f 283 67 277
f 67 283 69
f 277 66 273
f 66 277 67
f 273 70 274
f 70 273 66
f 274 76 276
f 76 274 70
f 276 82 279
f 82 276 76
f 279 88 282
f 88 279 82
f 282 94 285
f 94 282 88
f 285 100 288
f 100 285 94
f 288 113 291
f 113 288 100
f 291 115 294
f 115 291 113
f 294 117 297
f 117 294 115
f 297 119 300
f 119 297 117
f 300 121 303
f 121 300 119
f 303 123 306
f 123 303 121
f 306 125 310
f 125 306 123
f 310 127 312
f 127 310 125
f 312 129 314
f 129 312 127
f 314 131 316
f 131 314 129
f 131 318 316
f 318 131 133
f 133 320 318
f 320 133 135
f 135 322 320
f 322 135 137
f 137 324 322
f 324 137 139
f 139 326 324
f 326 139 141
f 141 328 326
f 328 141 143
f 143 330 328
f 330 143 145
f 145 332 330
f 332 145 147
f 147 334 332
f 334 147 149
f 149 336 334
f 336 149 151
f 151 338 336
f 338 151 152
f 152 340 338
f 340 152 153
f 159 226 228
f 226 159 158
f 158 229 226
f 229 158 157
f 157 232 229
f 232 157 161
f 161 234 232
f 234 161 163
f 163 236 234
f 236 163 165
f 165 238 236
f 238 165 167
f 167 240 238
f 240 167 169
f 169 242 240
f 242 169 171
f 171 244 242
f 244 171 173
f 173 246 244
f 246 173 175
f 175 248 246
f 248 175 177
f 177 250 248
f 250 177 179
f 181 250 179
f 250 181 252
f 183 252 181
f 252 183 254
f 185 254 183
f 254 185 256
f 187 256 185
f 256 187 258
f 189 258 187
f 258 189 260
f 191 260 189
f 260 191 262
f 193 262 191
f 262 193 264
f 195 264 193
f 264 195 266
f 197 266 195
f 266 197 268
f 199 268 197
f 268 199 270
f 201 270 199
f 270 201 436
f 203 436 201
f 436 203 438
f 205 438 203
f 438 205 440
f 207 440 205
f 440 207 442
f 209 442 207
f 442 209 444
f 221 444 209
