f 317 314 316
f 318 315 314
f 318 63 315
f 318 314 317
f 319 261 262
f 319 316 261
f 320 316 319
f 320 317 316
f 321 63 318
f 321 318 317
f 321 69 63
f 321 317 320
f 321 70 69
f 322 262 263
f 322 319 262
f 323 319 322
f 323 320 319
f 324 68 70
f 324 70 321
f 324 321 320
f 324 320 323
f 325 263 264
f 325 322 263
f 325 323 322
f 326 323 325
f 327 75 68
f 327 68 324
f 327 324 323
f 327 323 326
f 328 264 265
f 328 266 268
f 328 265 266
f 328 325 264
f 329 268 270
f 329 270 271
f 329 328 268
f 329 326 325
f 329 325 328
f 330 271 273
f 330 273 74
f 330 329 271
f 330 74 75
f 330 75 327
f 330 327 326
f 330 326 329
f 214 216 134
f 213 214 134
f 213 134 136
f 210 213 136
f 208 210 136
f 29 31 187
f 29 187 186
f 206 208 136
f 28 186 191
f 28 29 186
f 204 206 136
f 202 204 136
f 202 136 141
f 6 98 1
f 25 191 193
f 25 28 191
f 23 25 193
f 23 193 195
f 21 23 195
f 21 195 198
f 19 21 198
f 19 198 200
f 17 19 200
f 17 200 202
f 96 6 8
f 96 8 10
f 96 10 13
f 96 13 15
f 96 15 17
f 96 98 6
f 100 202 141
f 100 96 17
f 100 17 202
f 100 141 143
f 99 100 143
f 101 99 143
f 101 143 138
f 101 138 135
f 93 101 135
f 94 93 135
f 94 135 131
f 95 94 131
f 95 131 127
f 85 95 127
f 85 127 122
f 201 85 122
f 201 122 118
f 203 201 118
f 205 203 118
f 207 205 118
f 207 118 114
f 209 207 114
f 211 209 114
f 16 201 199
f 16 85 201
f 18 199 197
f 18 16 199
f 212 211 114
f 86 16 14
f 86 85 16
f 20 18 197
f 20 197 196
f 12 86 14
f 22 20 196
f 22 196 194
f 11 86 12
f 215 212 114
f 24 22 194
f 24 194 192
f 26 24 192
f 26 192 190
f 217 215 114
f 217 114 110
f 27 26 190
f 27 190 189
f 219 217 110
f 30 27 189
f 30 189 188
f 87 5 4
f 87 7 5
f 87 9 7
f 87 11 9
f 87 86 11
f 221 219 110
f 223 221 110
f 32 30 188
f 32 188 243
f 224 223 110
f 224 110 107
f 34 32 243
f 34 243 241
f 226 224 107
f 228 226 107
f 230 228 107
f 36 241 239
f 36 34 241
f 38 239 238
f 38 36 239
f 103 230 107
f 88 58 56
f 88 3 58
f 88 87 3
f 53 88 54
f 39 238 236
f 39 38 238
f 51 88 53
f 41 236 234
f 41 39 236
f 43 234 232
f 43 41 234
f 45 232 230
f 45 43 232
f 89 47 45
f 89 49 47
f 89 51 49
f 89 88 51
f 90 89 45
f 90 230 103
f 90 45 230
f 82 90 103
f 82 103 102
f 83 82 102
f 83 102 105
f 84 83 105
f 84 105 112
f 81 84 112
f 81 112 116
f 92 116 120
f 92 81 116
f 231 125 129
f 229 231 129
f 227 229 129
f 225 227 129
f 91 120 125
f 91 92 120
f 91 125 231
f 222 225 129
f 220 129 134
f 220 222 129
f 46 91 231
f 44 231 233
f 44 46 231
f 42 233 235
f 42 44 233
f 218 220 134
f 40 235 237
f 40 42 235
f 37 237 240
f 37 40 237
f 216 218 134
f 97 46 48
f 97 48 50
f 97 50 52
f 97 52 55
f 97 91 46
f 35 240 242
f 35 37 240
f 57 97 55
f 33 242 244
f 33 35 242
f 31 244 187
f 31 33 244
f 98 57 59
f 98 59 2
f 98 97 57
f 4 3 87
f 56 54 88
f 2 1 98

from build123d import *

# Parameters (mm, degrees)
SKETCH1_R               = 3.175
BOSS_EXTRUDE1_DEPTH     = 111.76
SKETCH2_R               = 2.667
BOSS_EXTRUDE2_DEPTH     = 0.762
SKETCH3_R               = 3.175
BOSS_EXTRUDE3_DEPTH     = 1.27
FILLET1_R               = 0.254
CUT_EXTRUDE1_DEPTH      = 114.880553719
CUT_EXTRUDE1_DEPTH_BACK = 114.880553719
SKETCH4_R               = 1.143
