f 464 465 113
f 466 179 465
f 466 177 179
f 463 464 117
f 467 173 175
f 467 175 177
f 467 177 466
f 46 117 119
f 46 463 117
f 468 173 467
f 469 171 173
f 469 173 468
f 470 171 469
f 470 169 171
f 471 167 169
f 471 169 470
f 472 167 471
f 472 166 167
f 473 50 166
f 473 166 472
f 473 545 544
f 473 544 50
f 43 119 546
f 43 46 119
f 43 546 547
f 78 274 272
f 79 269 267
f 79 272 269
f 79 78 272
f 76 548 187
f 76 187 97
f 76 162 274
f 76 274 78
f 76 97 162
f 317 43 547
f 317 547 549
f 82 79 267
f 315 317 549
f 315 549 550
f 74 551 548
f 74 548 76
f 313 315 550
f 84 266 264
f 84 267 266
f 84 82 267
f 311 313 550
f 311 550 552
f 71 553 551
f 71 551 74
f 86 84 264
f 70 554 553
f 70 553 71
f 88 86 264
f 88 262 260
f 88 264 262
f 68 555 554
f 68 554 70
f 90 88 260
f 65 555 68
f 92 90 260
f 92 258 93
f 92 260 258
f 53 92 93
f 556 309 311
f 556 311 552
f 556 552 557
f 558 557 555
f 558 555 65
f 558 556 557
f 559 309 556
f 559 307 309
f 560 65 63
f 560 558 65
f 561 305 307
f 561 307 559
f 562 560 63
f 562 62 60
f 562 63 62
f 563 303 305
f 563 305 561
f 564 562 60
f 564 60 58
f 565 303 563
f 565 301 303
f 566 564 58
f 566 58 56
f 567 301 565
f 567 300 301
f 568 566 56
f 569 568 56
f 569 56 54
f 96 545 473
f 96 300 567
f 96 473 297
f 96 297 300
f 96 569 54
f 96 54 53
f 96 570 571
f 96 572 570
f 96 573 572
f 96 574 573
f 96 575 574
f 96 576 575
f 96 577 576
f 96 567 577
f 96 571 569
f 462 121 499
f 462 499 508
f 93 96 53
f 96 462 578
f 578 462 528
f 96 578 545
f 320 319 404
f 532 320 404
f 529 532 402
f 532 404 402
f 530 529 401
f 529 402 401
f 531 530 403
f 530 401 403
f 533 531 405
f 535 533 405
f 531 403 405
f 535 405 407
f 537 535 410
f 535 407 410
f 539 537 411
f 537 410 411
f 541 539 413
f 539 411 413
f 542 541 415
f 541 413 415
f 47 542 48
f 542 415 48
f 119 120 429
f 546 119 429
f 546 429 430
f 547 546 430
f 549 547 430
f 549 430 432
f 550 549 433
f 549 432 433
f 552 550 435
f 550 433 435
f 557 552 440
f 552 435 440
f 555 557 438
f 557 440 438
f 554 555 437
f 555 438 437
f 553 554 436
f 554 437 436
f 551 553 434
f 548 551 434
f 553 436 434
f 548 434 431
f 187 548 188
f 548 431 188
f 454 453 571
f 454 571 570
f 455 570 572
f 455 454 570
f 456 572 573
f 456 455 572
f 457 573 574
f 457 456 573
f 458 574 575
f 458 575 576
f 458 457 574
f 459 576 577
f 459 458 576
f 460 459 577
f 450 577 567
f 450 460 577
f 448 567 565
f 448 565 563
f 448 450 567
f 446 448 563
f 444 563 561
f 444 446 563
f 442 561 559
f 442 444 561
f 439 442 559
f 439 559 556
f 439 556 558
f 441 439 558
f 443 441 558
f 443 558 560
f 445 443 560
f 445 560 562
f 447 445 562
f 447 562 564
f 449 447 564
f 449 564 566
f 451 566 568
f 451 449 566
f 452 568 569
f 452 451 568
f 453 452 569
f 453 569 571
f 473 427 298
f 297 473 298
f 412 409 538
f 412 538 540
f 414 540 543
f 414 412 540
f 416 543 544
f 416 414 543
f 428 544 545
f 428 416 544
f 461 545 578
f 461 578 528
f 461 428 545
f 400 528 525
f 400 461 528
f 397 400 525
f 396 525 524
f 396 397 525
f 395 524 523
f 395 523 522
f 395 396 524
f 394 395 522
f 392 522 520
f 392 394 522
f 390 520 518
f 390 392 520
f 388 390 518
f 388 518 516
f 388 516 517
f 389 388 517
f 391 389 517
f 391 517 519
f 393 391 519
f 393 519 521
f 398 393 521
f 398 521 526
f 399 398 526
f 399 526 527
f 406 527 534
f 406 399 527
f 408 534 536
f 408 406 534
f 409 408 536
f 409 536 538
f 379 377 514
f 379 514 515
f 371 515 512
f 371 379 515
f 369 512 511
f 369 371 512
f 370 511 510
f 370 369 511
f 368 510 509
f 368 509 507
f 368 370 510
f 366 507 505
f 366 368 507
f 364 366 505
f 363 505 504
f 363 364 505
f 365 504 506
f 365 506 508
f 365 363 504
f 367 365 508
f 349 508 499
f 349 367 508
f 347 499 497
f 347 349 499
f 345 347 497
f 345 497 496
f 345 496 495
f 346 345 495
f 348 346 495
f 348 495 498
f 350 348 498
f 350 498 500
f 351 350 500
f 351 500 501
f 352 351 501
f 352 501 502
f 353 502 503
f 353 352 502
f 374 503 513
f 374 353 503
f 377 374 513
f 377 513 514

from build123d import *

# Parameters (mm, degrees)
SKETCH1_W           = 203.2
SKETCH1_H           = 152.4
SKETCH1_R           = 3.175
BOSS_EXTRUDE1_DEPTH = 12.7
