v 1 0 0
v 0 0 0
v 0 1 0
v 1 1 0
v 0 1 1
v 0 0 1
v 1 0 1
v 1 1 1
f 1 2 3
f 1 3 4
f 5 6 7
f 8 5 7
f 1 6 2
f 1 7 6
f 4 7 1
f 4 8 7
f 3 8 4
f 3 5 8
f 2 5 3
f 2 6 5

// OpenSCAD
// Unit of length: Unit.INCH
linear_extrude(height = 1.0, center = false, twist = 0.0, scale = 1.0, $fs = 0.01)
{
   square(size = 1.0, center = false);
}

++++++++++++++++++++

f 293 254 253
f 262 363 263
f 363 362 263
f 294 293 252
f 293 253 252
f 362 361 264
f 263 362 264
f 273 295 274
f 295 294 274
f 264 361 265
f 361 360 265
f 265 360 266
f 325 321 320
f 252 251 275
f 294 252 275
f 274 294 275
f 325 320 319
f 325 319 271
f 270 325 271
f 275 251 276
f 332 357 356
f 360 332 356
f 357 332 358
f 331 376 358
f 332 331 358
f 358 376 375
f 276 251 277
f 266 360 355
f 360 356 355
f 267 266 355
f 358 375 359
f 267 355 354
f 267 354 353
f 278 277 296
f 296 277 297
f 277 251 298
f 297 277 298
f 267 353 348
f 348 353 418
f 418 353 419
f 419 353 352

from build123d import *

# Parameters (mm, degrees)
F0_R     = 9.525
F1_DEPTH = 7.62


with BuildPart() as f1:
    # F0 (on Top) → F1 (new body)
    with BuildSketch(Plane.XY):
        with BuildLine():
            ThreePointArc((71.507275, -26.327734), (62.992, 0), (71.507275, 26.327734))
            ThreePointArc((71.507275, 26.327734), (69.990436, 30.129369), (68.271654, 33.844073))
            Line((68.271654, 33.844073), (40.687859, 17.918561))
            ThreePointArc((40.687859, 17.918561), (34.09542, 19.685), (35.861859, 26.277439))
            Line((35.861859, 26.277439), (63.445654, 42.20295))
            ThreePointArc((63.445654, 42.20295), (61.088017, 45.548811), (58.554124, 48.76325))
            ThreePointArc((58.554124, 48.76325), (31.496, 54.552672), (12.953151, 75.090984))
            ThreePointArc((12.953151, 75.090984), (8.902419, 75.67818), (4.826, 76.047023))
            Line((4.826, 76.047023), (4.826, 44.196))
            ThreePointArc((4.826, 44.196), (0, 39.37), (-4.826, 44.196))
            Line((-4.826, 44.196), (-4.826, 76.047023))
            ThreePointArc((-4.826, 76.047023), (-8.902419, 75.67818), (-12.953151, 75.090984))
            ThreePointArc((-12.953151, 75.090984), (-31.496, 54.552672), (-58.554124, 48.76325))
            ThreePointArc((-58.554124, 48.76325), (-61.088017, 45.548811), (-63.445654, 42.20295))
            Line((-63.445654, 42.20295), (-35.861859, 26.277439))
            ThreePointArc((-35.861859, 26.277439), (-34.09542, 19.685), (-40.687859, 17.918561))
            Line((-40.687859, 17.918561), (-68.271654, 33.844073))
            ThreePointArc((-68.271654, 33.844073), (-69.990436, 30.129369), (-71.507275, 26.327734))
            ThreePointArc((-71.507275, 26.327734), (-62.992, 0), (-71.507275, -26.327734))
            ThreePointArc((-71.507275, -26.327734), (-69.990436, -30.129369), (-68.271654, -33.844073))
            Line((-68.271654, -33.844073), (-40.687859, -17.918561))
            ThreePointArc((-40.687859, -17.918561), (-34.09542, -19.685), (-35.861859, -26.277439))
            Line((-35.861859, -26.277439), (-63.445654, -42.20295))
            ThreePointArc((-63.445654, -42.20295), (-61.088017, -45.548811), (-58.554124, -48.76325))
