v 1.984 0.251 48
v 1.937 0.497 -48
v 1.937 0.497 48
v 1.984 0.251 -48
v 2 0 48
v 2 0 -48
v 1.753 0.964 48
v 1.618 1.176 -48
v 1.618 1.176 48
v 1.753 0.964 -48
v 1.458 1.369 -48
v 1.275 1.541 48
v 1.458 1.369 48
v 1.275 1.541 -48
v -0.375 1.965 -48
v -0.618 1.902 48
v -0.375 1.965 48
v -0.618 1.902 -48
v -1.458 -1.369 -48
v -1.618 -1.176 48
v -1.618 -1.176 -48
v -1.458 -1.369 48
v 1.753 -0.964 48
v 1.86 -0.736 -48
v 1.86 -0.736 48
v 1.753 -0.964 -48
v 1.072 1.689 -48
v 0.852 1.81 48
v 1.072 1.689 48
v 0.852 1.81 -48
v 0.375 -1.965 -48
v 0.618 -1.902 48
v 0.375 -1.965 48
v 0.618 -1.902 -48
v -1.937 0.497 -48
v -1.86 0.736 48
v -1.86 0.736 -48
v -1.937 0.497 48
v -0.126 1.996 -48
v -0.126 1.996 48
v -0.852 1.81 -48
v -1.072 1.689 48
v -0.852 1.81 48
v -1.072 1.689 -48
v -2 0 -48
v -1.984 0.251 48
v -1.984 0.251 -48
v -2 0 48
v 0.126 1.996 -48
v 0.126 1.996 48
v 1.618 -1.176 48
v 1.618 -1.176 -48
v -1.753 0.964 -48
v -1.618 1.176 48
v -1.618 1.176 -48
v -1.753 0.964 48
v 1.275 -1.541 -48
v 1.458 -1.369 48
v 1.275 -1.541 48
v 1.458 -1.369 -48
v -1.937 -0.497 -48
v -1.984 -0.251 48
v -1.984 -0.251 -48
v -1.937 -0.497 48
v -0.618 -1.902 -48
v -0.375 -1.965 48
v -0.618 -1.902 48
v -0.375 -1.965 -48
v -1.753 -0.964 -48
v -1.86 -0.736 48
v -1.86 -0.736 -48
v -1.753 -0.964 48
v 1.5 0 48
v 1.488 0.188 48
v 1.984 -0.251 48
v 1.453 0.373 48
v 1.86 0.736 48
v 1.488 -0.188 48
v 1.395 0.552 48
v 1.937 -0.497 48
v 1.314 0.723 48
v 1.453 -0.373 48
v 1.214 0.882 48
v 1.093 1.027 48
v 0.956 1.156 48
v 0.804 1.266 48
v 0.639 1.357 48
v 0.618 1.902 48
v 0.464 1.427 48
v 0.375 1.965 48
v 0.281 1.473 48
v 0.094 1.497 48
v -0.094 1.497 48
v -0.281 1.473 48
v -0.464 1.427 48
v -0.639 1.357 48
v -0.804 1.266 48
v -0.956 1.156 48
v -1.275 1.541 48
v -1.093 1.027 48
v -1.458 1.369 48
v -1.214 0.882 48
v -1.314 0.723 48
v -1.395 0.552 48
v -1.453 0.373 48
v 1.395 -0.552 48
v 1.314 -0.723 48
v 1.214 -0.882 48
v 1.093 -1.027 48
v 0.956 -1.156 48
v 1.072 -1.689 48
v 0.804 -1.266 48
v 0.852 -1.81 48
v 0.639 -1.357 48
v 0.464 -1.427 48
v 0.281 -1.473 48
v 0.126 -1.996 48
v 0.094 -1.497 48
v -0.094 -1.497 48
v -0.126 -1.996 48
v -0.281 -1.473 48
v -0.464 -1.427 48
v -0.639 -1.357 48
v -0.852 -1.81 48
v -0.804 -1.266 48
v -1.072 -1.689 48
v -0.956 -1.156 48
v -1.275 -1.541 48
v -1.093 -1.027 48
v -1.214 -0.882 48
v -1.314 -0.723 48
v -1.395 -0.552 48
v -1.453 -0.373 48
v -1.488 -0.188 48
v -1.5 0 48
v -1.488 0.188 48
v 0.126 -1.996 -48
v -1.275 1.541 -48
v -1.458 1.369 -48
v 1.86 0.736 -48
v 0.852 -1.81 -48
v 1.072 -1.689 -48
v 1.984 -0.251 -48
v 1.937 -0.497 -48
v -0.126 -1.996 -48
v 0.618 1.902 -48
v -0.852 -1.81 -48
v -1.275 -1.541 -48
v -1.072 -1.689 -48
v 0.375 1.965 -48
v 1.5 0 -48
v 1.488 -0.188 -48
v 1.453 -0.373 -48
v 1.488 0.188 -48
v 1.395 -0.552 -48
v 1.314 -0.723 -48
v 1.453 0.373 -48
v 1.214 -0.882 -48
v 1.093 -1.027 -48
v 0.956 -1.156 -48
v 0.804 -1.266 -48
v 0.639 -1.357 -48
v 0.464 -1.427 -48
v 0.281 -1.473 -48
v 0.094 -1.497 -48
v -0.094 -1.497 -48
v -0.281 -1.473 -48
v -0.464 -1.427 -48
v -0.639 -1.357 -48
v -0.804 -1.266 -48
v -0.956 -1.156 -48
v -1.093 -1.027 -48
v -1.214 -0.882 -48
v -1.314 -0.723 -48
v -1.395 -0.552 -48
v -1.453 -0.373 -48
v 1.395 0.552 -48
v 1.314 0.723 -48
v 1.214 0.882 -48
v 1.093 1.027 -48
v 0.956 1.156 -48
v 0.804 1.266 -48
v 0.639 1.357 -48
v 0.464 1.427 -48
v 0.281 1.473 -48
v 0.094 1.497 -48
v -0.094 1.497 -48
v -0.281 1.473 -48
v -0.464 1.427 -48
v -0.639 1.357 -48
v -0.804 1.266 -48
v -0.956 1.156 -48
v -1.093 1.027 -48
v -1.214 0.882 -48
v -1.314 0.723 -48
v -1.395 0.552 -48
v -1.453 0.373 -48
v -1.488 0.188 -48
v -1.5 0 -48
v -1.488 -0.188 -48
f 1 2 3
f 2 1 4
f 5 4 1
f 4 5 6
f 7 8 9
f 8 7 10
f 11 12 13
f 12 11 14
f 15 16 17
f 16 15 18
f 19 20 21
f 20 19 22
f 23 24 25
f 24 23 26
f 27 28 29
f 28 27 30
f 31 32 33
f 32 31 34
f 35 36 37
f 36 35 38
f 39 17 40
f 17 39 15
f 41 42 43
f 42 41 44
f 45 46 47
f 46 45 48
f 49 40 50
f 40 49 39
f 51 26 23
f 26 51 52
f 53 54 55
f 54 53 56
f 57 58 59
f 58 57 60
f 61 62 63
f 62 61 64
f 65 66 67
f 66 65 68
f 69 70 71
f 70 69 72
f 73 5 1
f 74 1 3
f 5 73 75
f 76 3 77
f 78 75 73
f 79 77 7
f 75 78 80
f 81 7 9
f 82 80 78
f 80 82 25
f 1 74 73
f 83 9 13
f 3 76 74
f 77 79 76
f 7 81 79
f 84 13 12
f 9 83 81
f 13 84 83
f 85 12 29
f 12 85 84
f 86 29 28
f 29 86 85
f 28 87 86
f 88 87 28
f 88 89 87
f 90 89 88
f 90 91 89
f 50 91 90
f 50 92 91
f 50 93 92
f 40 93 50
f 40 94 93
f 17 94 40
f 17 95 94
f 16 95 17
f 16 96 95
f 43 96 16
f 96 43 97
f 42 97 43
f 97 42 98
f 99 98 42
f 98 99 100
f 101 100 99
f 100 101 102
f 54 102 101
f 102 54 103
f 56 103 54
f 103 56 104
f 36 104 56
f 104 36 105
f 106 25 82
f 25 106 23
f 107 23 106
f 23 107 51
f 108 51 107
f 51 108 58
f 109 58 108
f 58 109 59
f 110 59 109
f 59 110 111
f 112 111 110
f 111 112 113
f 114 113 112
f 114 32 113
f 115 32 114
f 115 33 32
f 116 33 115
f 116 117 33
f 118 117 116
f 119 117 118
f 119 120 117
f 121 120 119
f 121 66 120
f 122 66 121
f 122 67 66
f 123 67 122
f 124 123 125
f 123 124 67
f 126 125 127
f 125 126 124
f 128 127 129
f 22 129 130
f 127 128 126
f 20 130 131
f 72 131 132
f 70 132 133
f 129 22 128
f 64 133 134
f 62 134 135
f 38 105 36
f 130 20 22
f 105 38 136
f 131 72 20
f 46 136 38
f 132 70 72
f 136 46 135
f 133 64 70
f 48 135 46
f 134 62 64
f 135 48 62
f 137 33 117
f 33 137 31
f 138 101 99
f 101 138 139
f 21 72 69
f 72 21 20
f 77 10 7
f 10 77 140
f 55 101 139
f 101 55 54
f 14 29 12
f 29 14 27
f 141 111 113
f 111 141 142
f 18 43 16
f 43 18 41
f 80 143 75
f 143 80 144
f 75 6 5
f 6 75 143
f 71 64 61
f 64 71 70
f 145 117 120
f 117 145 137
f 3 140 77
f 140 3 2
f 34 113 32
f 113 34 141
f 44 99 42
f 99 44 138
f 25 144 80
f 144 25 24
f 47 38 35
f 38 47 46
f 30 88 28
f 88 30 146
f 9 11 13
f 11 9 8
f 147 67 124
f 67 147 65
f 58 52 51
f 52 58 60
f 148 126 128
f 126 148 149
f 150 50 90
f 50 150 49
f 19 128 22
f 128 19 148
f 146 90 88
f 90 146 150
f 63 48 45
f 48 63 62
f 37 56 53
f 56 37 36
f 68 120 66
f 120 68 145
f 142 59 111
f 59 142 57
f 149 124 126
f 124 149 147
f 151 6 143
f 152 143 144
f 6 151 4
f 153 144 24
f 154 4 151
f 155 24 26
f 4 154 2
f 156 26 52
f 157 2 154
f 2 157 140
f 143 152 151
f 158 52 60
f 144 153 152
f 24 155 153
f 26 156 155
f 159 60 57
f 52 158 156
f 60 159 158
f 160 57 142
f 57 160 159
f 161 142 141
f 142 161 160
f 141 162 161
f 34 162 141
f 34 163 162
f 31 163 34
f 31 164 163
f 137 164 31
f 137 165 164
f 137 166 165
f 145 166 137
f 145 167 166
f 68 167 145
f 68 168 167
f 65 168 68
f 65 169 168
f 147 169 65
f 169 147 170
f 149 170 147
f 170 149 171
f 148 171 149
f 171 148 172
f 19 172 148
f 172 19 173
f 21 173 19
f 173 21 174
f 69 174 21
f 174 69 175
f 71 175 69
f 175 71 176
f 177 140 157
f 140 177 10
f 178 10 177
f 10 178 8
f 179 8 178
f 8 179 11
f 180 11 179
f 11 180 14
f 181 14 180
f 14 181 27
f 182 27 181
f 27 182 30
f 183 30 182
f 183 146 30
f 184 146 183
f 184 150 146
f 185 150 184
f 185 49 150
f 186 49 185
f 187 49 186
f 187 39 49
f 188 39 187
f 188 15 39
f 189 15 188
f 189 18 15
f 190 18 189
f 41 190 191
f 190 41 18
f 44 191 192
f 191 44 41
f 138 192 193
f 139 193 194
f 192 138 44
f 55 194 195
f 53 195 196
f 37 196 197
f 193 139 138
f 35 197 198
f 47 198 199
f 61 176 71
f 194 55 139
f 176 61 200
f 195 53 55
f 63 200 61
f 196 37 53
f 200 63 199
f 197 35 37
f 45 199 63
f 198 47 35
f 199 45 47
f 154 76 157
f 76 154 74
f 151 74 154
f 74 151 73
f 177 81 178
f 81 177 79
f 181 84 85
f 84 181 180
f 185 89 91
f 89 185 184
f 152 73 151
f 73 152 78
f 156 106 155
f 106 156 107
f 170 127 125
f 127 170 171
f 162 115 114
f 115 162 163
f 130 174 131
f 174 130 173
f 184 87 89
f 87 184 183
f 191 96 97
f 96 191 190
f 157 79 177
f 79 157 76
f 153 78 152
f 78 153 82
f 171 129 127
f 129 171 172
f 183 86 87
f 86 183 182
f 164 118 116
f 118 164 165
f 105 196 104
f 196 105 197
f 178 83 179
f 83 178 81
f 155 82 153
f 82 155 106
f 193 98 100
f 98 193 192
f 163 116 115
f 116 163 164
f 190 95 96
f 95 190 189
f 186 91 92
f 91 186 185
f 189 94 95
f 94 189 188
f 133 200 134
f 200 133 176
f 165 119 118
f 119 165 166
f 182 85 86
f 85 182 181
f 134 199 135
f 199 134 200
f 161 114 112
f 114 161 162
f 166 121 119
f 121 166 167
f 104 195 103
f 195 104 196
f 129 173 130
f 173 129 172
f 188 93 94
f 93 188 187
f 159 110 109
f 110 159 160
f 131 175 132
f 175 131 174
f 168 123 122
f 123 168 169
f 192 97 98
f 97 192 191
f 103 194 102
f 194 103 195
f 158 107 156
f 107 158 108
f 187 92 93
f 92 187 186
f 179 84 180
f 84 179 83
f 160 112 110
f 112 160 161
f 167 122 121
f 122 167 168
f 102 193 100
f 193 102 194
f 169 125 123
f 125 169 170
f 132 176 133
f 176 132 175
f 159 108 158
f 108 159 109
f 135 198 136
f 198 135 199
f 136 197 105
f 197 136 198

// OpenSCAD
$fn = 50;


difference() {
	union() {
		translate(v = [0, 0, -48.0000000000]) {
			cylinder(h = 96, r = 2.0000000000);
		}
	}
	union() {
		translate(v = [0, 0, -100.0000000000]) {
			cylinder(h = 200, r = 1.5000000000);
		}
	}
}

++++++++++++++++++++

- [PROBLEM]: From the records above, give again exactly the lines running from the line with "f 61 176 71" to the line with "f 119 165 166", inclusive.

- [RESPONSE BELOW]:
f 61 176 71
f 194 55 139
f 176 61 200
f 195 53 55
f 63 200 61
f 196 37 53
f 200 63 199
f 197 35 37
f 45 199 63
f 198 47 35
f 199 45 47
f 154 76 157
f 76 154 74
f 151 74 154
f 74 151 73
f 177 81 178
f 81 177 79
f 181 84 85
f 84 181 180
f 185 89 91
f 89 185 184
f 152 73 151
f 73 152 78
f 156 106 155
f 106 156 107
f 170 127 125
f 127 170 171
f 162 115 114
f 115 162 163
f 130 174 131
f 174 130 173
f 184 87 89
f 87 184 183
f 191 96 97
f 96 191 190
f 157 79 177
f 79 157 76
f 153 78 152
f 78 153 82
f 171 129 127
f 129 171 172
f 183 86 87
f 86 183 182
f 164 118 116
f 118 164 165
f 105 196 104
f 196 105 197
f 178 83 179
f 83 178 81
f 155 82 153
f 82 155 106
f 193 98 100
f 98 193 192
f 163 116 115
f 116 163 164
f 190 95 96
f 95 190 189
f 186 91 92
f 91 186 185
f 189 94 95
f 94 189 188
f 133 200 134
f 200 133 176
f 165 119 118
f 119 165 166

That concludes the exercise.